**AIM OF THE TASK:**
With both ends included, repeat exactly the lines of the entries below from the one containing "f 292 83 149" down to the one containing "f 277 253 301", and no others.

**EXERCISE INPUT:**
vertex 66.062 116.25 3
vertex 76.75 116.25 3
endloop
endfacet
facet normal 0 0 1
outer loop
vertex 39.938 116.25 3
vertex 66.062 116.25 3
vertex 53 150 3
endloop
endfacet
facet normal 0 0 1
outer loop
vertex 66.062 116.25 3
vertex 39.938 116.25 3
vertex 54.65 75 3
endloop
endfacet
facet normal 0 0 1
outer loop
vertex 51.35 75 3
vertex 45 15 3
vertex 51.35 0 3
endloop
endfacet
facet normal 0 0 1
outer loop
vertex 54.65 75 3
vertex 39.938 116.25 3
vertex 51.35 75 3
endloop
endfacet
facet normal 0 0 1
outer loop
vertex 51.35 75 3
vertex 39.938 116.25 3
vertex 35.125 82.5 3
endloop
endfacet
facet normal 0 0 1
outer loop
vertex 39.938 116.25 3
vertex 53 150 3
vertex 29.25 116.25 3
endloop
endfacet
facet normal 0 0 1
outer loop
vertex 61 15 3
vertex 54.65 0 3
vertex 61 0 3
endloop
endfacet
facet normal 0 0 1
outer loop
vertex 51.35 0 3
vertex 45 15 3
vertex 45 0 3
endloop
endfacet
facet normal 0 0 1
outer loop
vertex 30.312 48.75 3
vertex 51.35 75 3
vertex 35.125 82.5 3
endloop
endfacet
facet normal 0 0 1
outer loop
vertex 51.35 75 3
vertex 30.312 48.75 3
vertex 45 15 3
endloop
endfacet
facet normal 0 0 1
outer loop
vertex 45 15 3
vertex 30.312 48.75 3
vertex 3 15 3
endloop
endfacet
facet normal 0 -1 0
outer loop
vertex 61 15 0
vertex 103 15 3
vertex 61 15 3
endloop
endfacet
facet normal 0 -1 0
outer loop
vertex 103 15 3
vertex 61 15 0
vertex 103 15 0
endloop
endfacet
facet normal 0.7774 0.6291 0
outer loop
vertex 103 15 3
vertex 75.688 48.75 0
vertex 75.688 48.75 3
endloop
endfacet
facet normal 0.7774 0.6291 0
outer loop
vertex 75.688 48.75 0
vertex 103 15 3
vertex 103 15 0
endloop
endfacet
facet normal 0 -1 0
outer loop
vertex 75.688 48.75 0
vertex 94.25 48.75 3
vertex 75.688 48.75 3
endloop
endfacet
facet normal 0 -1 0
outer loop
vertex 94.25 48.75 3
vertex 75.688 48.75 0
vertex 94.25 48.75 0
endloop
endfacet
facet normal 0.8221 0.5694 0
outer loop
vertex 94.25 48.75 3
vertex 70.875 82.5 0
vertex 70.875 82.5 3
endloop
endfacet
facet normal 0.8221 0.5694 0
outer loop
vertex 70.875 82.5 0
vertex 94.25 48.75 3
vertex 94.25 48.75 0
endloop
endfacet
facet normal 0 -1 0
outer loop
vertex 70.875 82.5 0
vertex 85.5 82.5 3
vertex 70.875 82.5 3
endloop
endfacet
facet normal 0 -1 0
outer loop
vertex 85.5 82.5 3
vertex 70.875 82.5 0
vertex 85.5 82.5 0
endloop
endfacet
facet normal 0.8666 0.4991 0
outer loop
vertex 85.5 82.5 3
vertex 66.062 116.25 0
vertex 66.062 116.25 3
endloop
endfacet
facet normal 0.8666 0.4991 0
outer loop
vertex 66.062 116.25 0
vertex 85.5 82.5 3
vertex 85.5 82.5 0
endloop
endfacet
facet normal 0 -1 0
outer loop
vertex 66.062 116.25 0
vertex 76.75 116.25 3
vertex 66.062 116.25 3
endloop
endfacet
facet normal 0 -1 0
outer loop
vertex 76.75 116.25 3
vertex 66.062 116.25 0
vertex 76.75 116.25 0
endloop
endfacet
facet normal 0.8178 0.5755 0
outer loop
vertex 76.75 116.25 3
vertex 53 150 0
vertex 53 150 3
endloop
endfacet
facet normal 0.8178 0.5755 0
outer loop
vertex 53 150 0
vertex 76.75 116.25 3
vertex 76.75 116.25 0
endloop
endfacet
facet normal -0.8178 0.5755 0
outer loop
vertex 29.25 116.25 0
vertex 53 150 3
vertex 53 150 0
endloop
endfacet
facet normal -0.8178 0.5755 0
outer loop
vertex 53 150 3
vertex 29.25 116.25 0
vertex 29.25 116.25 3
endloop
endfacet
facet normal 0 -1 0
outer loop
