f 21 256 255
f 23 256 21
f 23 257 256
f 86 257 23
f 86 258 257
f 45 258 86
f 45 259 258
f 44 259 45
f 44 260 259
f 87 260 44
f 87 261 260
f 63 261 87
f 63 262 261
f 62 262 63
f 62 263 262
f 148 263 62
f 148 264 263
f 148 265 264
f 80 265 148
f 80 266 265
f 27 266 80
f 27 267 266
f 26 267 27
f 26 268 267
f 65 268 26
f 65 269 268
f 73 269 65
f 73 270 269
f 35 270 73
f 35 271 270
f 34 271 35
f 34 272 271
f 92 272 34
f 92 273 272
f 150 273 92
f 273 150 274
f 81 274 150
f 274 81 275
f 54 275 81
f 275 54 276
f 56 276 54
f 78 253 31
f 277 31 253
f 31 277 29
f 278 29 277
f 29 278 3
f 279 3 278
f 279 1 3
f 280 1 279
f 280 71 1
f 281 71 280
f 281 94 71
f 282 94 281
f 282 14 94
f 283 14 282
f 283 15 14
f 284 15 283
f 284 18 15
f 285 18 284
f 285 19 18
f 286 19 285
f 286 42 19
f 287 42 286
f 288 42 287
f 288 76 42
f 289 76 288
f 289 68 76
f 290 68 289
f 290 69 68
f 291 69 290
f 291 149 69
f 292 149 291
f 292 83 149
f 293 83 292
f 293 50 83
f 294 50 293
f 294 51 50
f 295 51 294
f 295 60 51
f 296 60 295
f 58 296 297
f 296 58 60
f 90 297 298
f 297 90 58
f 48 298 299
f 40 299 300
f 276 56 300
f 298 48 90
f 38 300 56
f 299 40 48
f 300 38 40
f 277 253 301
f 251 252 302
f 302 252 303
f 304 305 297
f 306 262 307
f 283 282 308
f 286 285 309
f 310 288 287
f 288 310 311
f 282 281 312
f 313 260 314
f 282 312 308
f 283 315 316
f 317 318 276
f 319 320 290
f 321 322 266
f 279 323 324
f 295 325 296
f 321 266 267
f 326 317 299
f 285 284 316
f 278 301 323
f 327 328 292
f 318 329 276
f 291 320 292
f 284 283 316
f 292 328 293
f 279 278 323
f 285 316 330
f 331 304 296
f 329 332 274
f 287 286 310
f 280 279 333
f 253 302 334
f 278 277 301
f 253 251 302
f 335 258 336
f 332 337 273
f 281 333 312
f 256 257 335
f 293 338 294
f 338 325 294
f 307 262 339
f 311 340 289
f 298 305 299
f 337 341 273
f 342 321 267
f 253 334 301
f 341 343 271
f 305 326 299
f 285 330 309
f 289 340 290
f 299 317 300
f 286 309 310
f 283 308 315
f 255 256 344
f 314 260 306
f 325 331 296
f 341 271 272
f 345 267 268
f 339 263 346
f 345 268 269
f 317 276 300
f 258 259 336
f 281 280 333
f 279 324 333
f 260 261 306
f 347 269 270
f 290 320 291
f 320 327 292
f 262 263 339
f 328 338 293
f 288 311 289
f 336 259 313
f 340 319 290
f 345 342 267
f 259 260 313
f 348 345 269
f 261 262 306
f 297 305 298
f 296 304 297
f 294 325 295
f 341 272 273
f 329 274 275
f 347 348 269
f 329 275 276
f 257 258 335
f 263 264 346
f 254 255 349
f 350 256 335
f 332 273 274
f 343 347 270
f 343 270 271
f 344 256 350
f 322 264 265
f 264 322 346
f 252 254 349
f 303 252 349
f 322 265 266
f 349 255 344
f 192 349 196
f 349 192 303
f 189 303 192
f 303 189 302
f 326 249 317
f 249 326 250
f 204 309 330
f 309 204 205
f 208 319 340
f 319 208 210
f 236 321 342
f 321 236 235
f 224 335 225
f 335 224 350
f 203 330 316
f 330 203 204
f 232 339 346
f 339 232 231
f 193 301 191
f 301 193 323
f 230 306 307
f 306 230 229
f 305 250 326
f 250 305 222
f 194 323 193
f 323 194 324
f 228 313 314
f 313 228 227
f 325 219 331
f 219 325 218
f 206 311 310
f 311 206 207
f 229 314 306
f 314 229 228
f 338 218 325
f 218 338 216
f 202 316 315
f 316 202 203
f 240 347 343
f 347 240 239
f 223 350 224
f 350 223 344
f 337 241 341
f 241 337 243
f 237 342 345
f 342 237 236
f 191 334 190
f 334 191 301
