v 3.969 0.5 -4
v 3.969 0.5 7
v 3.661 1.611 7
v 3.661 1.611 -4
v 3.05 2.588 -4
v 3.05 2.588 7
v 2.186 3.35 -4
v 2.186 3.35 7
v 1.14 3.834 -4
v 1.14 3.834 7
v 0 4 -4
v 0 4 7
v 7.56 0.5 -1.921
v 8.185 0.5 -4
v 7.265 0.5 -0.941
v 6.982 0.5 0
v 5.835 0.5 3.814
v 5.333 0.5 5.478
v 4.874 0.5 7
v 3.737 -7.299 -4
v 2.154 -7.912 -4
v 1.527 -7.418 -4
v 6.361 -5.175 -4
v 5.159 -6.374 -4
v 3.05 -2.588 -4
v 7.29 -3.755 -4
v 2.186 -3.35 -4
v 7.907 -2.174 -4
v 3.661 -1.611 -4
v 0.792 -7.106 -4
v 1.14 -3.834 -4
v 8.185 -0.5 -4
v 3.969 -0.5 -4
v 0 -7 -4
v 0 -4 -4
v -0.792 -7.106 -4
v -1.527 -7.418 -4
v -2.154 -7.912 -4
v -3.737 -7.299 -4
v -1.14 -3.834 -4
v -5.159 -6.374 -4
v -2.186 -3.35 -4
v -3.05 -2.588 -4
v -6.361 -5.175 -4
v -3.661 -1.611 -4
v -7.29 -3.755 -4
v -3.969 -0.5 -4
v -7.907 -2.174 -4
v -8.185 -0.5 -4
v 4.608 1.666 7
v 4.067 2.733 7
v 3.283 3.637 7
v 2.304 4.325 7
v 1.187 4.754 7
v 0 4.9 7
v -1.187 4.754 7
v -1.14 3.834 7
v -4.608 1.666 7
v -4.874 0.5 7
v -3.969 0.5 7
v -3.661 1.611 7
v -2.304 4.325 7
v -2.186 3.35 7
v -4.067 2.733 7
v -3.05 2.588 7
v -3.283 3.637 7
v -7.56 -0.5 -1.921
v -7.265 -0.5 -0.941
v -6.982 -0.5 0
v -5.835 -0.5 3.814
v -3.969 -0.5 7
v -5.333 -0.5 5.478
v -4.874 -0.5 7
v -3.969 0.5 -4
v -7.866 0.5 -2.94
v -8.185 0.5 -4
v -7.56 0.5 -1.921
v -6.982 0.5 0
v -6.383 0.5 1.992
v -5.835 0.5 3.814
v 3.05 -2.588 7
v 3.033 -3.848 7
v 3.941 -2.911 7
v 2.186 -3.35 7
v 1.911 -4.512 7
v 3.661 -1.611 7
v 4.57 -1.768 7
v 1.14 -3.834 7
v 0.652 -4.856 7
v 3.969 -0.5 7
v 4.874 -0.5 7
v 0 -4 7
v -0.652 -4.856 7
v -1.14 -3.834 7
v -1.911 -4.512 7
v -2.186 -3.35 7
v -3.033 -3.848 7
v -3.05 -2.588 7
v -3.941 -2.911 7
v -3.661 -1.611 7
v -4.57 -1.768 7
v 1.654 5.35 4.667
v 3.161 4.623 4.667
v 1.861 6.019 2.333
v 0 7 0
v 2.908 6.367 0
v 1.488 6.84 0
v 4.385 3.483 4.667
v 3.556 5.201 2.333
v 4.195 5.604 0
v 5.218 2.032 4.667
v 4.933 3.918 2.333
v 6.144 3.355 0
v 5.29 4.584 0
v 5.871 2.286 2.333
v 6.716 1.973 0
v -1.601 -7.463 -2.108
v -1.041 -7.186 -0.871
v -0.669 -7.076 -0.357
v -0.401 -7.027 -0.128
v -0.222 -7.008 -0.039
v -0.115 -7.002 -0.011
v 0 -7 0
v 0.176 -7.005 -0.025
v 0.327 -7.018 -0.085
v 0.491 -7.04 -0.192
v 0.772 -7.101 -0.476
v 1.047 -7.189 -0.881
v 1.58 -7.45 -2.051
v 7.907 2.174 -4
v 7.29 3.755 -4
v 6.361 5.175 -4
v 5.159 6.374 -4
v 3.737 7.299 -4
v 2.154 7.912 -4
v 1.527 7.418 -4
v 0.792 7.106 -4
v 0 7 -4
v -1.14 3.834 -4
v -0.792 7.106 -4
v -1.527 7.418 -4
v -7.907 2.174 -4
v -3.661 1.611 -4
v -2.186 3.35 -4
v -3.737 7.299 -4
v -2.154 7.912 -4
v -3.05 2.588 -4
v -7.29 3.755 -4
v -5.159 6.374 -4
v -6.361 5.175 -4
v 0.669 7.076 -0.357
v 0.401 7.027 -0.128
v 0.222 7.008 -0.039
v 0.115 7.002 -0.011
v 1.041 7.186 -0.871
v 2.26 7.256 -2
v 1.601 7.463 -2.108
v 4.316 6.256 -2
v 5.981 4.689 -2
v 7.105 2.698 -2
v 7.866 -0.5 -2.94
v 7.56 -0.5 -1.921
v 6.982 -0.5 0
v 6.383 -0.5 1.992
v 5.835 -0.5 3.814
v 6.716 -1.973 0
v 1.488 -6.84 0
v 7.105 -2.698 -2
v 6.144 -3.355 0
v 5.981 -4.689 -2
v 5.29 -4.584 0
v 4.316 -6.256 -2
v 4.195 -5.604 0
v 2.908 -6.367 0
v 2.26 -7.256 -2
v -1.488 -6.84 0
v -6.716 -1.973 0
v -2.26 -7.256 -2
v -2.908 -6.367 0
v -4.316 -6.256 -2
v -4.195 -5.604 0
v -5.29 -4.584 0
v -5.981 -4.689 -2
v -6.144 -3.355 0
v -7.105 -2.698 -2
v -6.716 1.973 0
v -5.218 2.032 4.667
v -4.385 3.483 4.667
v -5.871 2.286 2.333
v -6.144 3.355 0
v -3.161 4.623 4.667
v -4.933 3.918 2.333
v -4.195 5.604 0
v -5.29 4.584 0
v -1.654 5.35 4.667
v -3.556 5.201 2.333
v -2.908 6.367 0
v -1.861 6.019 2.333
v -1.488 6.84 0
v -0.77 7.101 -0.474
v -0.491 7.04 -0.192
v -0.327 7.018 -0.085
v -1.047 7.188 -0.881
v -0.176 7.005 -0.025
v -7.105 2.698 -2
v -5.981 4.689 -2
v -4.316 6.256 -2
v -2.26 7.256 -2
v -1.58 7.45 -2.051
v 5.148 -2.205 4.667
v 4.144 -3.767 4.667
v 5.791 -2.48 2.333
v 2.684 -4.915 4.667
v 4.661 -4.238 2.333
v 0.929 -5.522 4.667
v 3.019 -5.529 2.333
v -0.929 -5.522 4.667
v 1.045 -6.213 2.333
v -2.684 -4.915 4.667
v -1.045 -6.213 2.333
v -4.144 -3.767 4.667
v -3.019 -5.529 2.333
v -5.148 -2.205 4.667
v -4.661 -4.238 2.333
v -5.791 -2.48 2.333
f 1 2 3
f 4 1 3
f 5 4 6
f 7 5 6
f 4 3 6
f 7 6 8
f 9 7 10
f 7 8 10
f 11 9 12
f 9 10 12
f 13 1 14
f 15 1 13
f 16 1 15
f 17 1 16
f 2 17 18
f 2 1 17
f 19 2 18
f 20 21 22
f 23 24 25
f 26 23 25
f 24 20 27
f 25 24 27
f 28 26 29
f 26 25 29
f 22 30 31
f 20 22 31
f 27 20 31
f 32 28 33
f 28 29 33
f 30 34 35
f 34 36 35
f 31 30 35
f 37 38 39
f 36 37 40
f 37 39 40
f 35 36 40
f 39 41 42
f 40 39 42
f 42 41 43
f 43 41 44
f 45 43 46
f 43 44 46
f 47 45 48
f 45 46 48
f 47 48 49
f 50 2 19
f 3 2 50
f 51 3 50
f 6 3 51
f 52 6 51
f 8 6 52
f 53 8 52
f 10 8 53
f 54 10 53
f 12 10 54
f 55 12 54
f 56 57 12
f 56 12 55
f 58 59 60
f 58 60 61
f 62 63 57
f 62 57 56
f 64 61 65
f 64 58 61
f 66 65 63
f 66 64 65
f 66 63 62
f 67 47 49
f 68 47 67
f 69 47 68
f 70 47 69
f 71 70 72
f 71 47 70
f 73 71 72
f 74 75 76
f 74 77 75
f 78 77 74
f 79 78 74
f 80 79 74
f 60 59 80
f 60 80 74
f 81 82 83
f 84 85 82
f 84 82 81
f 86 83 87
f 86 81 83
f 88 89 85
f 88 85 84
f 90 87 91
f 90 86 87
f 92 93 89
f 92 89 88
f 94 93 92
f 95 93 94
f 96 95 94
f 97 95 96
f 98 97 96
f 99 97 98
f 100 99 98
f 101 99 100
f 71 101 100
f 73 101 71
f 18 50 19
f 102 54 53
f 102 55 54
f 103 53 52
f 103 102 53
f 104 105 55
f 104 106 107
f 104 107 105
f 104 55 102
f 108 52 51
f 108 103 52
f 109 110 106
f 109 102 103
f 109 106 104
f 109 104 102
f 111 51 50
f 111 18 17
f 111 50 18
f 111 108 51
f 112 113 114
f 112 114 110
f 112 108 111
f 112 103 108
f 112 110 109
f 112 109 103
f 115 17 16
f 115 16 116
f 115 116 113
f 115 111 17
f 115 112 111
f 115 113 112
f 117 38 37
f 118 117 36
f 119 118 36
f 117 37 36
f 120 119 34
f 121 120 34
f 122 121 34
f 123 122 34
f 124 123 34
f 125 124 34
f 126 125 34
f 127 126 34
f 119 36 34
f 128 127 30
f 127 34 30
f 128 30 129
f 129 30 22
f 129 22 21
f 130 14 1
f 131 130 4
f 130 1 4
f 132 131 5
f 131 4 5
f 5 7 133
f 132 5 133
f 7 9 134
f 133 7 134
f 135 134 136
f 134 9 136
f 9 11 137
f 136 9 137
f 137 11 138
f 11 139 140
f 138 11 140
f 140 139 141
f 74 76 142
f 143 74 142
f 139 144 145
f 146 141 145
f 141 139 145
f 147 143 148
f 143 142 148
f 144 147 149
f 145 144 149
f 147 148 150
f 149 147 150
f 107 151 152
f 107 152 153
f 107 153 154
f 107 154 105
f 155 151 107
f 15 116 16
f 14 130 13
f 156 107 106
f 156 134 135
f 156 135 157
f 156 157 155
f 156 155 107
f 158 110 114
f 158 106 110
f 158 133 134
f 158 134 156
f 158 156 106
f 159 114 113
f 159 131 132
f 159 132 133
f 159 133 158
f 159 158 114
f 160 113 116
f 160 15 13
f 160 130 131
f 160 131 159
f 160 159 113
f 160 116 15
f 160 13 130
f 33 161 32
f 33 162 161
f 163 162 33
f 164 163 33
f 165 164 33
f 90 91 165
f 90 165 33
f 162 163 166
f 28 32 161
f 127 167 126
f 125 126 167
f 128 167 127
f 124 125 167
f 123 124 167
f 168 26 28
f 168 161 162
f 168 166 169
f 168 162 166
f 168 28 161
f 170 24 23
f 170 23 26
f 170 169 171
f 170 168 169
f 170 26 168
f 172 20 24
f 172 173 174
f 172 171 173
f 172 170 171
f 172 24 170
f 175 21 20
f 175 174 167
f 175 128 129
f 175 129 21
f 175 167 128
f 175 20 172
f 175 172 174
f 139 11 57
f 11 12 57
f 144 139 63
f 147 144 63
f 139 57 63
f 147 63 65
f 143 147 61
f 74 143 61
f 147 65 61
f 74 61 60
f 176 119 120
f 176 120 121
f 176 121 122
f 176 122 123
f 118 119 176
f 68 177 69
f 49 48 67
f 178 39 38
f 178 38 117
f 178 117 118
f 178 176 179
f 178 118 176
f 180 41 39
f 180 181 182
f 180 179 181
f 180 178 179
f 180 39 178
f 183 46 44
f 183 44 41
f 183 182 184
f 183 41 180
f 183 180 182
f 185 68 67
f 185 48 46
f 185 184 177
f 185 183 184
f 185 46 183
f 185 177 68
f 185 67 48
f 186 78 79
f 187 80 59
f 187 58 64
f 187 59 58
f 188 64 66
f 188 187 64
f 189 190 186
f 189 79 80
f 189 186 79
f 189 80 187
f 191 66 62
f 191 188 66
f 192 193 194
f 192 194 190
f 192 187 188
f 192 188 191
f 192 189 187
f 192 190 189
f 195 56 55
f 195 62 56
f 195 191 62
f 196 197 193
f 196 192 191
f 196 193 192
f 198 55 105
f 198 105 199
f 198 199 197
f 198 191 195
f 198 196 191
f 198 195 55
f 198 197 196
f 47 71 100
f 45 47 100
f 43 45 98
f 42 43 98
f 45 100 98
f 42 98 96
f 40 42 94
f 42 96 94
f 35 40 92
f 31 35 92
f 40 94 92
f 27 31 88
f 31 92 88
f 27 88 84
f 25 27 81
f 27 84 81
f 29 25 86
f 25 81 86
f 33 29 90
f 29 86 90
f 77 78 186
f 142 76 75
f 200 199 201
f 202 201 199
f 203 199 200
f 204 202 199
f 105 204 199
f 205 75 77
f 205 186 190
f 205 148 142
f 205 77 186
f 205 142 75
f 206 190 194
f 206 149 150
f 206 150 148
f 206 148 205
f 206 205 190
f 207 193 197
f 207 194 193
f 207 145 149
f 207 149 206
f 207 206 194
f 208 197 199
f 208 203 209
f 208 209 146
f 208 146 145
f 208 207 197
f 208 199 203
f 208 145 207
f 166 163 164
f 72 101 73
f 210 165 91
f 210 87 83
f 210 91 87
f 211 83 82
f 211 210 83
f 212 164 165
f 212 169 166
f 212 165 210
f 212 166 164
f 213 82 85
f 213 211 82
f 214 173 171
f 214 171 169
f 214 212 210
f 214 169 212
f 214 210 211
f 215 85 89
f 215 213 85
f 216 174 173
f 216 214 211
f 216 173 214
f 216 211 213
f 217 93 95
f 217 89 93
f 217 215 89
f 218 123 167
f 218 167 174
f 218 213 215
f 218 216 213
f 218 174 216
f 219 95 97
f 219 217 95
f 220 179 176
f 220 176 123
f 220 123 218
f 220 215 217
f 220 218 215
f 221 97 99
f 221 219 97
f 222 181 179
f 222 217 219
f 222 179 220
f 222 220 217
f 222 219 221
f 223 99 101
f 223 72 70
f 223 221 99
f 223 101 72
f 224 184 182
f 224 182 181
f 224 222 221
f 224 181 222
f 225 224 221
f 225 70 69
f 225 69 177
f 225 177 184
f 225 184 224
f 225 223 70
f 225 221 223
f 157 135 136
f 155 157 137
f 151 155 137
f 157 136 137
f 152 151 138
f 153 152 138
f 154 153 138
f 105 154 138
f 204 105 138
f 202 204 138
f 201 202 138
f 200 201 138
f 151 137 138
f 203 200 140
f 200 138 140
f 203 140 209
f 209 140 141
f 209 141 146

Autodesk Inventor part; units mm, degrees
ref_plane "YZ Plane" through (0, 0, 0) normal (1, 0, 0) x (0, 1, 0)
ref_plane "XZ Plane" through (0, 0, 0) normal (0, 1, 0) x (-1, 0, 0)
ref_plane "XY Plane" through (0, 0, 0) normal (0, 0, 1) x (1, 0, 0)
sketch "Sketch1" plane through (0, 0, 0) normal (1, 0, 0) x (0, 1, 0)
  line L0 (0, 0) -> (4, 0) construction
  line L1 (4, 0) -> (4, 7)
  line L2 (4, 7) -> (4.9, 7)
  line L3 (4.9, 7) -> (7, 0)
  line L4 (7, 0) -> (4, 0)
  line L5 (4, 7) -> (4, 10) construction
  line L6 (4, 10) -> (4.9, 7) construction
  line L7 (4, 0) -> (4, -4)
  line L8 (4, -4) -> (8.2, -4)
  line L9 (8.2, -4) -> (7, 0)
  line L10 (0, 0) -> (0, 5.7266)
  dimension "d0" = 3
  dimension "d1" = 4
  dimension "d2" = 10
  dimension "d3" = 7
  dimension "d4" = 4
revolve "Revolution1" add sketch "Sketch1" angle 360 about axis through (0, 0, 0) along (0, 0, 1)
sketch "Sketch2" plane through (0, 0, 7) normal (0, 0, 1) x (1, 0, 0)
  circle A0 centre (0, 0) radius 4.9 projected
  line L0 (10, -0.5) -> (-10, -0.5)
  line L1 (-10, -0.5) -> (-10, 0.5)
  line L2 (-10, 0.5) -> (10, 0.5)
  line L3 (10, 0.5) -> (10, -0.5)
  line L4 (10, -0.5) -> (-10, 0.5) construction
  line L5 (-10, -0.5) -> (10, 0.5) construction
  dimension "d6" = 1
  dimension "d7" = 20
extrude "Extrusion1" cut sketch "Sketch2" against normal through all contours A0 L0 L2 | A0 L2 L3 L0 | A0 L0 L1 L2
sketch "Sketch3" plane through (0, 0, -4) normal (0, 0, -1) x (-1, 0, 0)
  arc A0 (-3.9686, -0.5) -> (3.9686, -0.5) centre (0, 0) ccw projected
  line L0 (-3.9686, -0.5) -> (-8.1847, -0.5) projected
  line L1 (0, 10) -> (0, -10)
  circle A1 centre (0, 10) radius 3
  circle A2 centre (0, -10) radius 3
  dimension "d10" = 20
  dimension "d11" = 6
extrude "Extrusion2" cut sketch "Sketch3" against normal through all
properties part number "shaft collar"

**ANSWER FOR THIS EXERCISE:**
f 292 83 149
f 293 83 292
f 293 50 83
f 294 50 293
f 294 51 50
f 295 51 294
f 295 60 51
f 296 60 295
f 58 296 297
f 296 58 60
f 90 297 298
f 297 90 58
f 48 298 299
f 40 299 300
f 276 56 300
f 298 48 90
f 38 300 56
f 299 40 48
f 300 38 40
f 277 253 301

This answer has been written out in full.